(Saved entries)
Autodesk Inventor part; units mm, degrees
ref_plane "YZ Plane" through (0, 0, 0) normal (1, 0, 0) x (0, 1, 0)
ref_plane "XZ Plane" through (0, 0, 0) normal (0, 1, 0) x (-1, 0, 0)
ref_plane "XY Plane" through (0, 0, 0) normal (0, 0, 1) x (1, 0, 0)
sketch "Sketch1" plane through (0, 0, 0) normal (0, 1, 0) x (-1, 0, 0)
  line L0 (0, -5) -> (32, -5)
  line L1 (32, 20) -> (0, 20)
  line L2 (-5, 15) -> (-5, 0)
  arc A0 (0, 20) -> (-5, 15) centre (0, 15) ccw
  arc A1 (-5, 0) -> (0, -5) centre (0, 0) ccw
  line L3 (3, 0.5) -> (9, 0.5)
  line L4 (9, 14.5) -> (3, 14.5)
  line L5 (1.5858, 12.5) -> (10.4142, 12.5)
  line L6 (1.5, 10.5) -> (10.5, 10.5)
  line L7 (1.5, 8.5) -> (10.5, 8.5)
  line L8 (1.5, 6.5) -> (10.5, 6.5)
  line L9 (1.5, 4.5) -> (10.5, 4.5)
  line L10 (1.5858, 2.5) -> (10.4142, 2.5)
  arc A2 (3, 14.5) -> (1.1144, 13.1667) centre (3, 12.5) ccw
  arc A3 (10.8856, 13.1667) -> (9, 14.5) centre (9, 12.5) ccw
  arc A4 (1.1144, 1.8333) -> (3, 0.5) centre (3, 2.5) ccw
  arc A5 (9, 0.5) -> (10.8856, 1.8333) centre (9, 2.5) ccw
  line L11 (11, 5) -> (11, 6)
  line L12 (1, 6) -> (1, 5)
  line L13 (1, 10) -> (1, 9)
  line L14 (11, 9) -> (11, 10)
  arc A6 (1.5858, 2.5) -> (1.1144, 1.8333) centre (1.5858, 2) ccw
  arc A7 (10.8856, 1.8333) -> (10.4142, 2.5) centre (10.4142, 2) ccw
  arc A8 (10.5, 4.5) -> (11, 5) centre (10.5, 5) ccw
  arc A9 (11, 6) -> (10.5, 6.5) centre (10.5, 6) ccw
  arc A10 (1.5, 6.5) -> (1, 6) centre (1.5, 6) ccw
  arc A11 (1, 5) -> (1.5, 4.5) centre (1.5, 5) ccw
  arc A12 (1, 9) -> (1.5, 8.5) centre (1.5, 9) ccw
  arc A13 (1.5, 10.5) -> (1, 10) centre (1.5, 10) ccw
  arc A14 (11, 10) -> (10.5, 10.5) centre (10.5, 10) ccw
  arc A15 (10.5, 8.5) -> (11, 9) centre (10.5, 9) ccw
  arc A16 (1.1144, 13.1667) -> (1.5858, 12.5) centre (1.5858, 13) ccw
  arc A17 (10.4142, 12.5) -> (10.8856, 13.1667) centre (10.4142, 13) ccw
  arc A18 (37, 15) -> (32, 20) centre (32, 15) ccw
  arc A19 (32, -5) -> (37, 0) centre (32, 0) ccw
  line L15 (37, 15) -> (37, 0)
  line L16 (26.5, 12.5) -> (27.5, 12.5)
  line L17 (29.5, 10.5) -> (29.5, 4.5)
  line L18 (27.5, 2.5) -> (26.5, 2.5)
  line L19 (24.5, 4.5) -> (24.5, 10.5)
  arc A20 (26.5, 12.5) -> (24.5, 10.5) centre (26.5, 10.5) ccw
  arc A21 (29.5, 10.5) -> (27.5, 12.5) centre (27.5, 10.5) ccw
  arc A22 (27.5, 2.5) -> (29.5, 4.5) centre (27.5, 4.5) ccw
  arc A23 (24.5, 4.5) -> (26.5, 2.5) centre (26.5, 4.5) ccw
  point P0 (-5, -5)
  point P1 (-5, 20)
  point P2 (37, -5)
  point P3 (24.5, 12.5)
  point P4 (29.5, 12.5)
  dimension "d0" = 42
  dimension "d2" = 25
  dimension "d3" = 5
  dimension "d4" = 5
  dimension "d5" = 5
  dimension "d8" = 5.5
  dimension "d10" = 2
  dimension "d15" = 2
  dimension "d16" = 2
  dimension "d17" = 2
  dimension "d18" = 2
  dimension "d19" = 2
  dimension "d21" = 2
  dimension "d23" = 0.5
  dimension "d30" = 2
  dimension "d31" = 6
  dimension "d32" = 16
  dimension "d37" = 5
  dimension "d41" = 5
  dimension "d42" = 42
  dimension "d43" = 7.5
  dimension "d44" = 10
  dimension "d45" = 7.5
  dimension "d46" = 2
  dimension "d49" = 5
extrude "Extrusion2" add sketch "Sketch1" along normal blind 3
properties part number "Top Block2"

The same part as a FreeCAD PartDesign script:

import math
import FreeCAD as App
import Part
import Sketcher
from FreeCAD import Vector
Q = App.Units.Quantity

doc = App.newDocument("Part")
params = doc.addObject("Spreadsheet::Sheet", "Params")
for row, (alias, value) in enumerate([
    ("sketch1_radius", "5 mm"),
    ("sketch1_radius2", "2 mm"),
    ("sketch1_radius3", "0.5 mm"),
    ("sketch1_width", "6 mm"),
    ("sketch1_width2", "32 mm"),
    ("pad1_length", "3 mm"),
], start=1):
    params.set(f"A{row}", alias)
    params.set(f"B{row}", "=" + value)
    params.setAlias(f"B{row}", alias)

body = doc.addObject("PartDesign::Body", "Body")

# Sketch on XZ plane
sketch1 = body.newObject("Sketcher::SketchObject", "Sketch")
sketch1.AttachmentSupport = (doc.getObject("XZ_Plane"), [""])
sketch1.MapMode = "FlatFace"
sketch1.addGeometry([
    Part.ArcOfCircle(Part.Circle(Vector(0, 0, 0), Vector(0, 0, 1), 5), math.radians(-90), math.radians(0)),  # 0
    Part.LineSegment(Vector(0, -5, 0), Vector(-32, -5, 0)),  # 1
    Part.ArcOfCircle(Part.Circle(Vector(-32, 0, 0), Vector(0, 0, 1), 5), math.radians(180), math.radians(270)),  # 2
    Part.LineSegment(Vector(-37, 0, 0), Vector(-37, 15, 0)),  # 3
    Part.ArcOfCircle(Part.Circle(Vector(-32, 15, 0), Vector(0, 0, 1), 5), math.radians(90), math.radians(180)),  # 4
    Part.LineSegment(Vector(-32, 20, 0), Vector(0, 20, 0)),  # 5
    Part.ArcOfCircle(Part.Circle(Vector(0, 15, 0), Vector(0, 0, 1), 5), math.radians(0), math.radians(90)),  # 6
    Part.LineSegment(Vector(5, 15, 0), Vector(5, 0, 0)),  # 7
    Part.LineSegment(Vector(-9, 0.5, 0), Vector(-3, 0.5, 0)),  # 8
    Part.ArcOfCircle(Part.Circle(Vector(-3, 2.5, 0), Vector(0, 0, 1), 1.999994), math.radians(-90), math.radians(-19.472294)),  # 9
    Part.ArcOfCircle(Part.Circle(Vector(-1.5858, 2, 0), Vector(0, 0, 1), 0.5), math.radians(-19.474995), math.radians(90)),  # 10
    Part.LineSegment(Vector(-1.5858, 2.5, 0), Vector(-10.4142, 2.5, 0)),  # 11
    Part.ArcOfCircle(Part.Circle(Vector(-10.4142, 2, 0), Vector(0, 0, 1), 0.500007), math.radians(90), math.radians(199.474995)),  # 12
    Part.ArcOfCircle(Part.Circle(Vector(-9, 2.5, 0), Vector(0, 0, 1), 2), math.radians(-160.527706), math.radians(-90)),  # 13
    Part.ArcOfCircle(Part.Circle(Vector(-1.5, 6, 0), Vector(0, 0, 1), 0.5), math.radians(0), math.radians(90)),  # 14
    Part.LineSegment(Vector(-1.5, 6.5, 0), Vector(-10.5, 6.5, 0)),  # 15
    Part.ArcOfCircle(Part.Circle(Vector(-10.5, 6, 0), Vector(0, 0, 1), 0.5), math.radians(90), math.radians(180)),  # 16
    Part.LineSegment(Vector(-11, 6, 0), Vector(-11, 5, 0)),  # 17
    Part.ArcOfCircle(Part.Circle(Vector(-10.5, 5, 0), Vector(0, 0, 1), 0.5), math.radians(180), math.radians(270)),  # 18
    Part.LineSegment(Vector(-10.5, 4.5, 0), Vector(-1.5, 4.5, 0)),  # 19
    Part.ArcOfCircle(Part.Circle(Vector(-1.5, 5, 0), Vector(0, 0, 1), 0.5), math.radians(-90), math.radians(0)),  # 20
    Part.LineSegment(Vector(-1, 5, 0), Vector(-1, 6, 0)),  # 21
    Part.ArcOfCircle(Part.Circle(Vector(-1.5, 10, 0), Vector(0, 0, 1), 0.5), math.radians(0), math.radians(90)),  # 22
    Part.LineSegment(Vector(-1.5, 10.5, 0), Vector(-10.5, 10.5, 0)),  # 23
    Part.ArcOfCircle(Part.Circle(Vector(-10.5, 10, 0), Vector(0, 0, 1), 0.5), math.radians(90), math.radians(180)),  # 24
    Part.LineSegment(Vector(-11, 10, 0), Vector(-11, 9, 0)),  # 25
    Part.ArcOfCircle(Part.Circle(Vector(-10.5, 9, 0), Vector(0, 0, 1), 0.5), math.radians(180), math.radians(270)),  # 26
    Part.LineSegment(Vector(-10.5, 8.5, 0), Vector(-1.5, 8.5, 0)),  # 27
    Part.ArcOfCircle(Part.Circle(Vector(-1.5, 9, 0), Vector(0, 0, 1), 0.5), math.radians(-90), math.radians(0)),  # 28
    Part.LineSegment(Vector(-1, 9, 0), Vector(-1, 10, 0)),  # 29
    Part.LineSegment(Vector(-3, 14.5, 0), Vector(-9, 14.5, 0)),  # 30
    Part.ArcOfCircle(Part.Circle(Vector(-9, 12.5, 0), Vector(0, 0, 1), 1.999994), math.radians(90), math.radians(160.527706)),  # 31
    Part.ArcOfCircle(Part.Circle(Vector(-10.4142, 13, 0), Vector(0, 0, 1), 0.5), math.radians(160.525005), math.radians(270)),  # 32
    Part.LineSegment(Vector(-10.4142, 12.5, 0), Vector(-1.5858, 12.5, 0)),  # 33
    Part.ArcOfCircle(Part.Circle(Vector(-1.5858, 13, 0), Vector(0, 0, 1), 0.500007), math.radians(-90), math.radians(19.474995)),  # 34
    Part.ArcOfCircle(Part.Circle(Vector(-3, 12.5, 0), Vector(0, 0, 1), 2), math.radians(19.472294), math.radians(90)),  # 35
    Part.ArcOfCircle(Part.Circle(Vector(-26.5, 10.5, 0), Vector(0, 0, 1), 2), math.radians(0), math.radians(90)),  # 36
    Part.LineSegment(Vector(-26.5, 12.5, 0), Vector(-27.5, 12.5, 0)),  # 37
    Part.ArcOfCircle(Part.Circle(Vector(-27.5, 10.5, 0), Vector(0, 0, 1), 2), math.radians(90), math.radians(180)),  # 38
    Part.LineSegment(Vector(-29.5, 10.5, 0), Vector(-29.5, 4.5, 0)),  # 39
    Part.ArcOfCircle(Part.Circle(Vector(-27.5, 4.5, 0), Vector(0, 0, 1), 2), math.radians(180), math.radians(270)),  # 40
    Part.LineSegment(Vector(-27.5, 2.5, 0), Vector(-26.5, 2.5, 0)),  # 41
    Part.ArcOfCircle(Part.Circle(Vector(-26.5, 4.5, 0), Vector(0, 0, 1), 2), math.radians(-90), math.radians(0)),  # 42
    Part.LineSegment(Vector(-24.5, 4.5, 0), Vector(-24.5, 10.5, 0)),  # 43
], False)
sketch1.addConstraint([
    Sketcher.Constraint("Tangent", 0, 1, 1, 1),
    Sketcher.Constraint("Tangent", 1, 2, 2, 2),
    Sketcher.Constraint("Tangent", 2, 1, 3, 1),
    Sketcher.Constraint("Tangent", 3, 2, 4, 2),
    Sketcher.Constraint("Tangent", 4, 1, 5, 1),
    Sketcher.Constraint("Tangent", 5, 2, 6, 2),
    Sketcher.Constraint("Tangent", 6, 1, 7, 1),
    Sketcher.Constraint("Tangent", 7, 2, 0, 2),
    Sketcher.Constraint("Tangent", 8, 2, 9, 1),
    Sketcher.Constraint("Tangent", 9, 2, 10, 1),
    Sketcher.Constraint("Tangent", 10, 2, 11, 1),
    Sketcher.Constraint("Tangent", 11, 2, 12, 1),
    Sketcher.Constraint("Tangent", 12, 2, 13, 1),
    Sketcher.Constraint("Tangent", 13, 2, 8, 1),
    Sketcher.Constraint("Tangent", 14, 2, 15, 1),
    Sketcher.Constraint("Tangent", 15, 2, 16, 1),
    Sketcher.Constraint("Tangent", 16, 2, 17, 1),
    Sketcher.Constraint("Tangent", 17, 2, 18, 1),
    Sketcher.Constraint("Tangent", 18, 2, 19, 1),
    Sketcher.Constraint("Tangent", 19, 2, 20, 1),
    Sketcher.Constraint("Tangent", 20, 2, 21, 1),
    Sketcher.Constraint("Tangent", 21, 2, 14, 1),
    Sketcher.Constraint("Tangent", 22, 2, 23, 1),
    Sketcher.Constraint("Tangent", 23, 2, 24, 1),
    Sketcher.Constraint("Tangent", 24, 2, 25, 1),
    Sketcher.Constraint("Tangent", 25, 2, 26, 1),
    Sketcher.Constraint("Tangent", 26, 2, 27, 1),
    Sketcher.Constraint("Tangent", 27, 2, 28, 1),
    Sketcher.Constraint("Tangent", 28, 2, 29, 1),
    Sketcher.Constraint("Tangent", 29, 2, 22, 1),
    Sketcher.Constraint("Tangent", 30, 2, 31, 1),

Brief:
A copy of each line above that holds the word "normal" is the expected answer.

Solution for this task:
ref_plane "YZ Plane" through (0, 0, 0) normal (1, 0, 0) x (0, 1, 0)
ref_plane "XZ Plane" through (0, 0, 0) normal (0, 1, 0) x (-1, 0, 0)
ref_plane "XY Plane" through (0, 0, 0) normal (0, 0, 1) x (1, 0, 0)
sketch "Sketch1" plane through (0, 0, 0) normal (0, 1, 0) x (-1, 0, 0)
extrude "Extrusion2" add sketch "Sketch1" along normal blind 3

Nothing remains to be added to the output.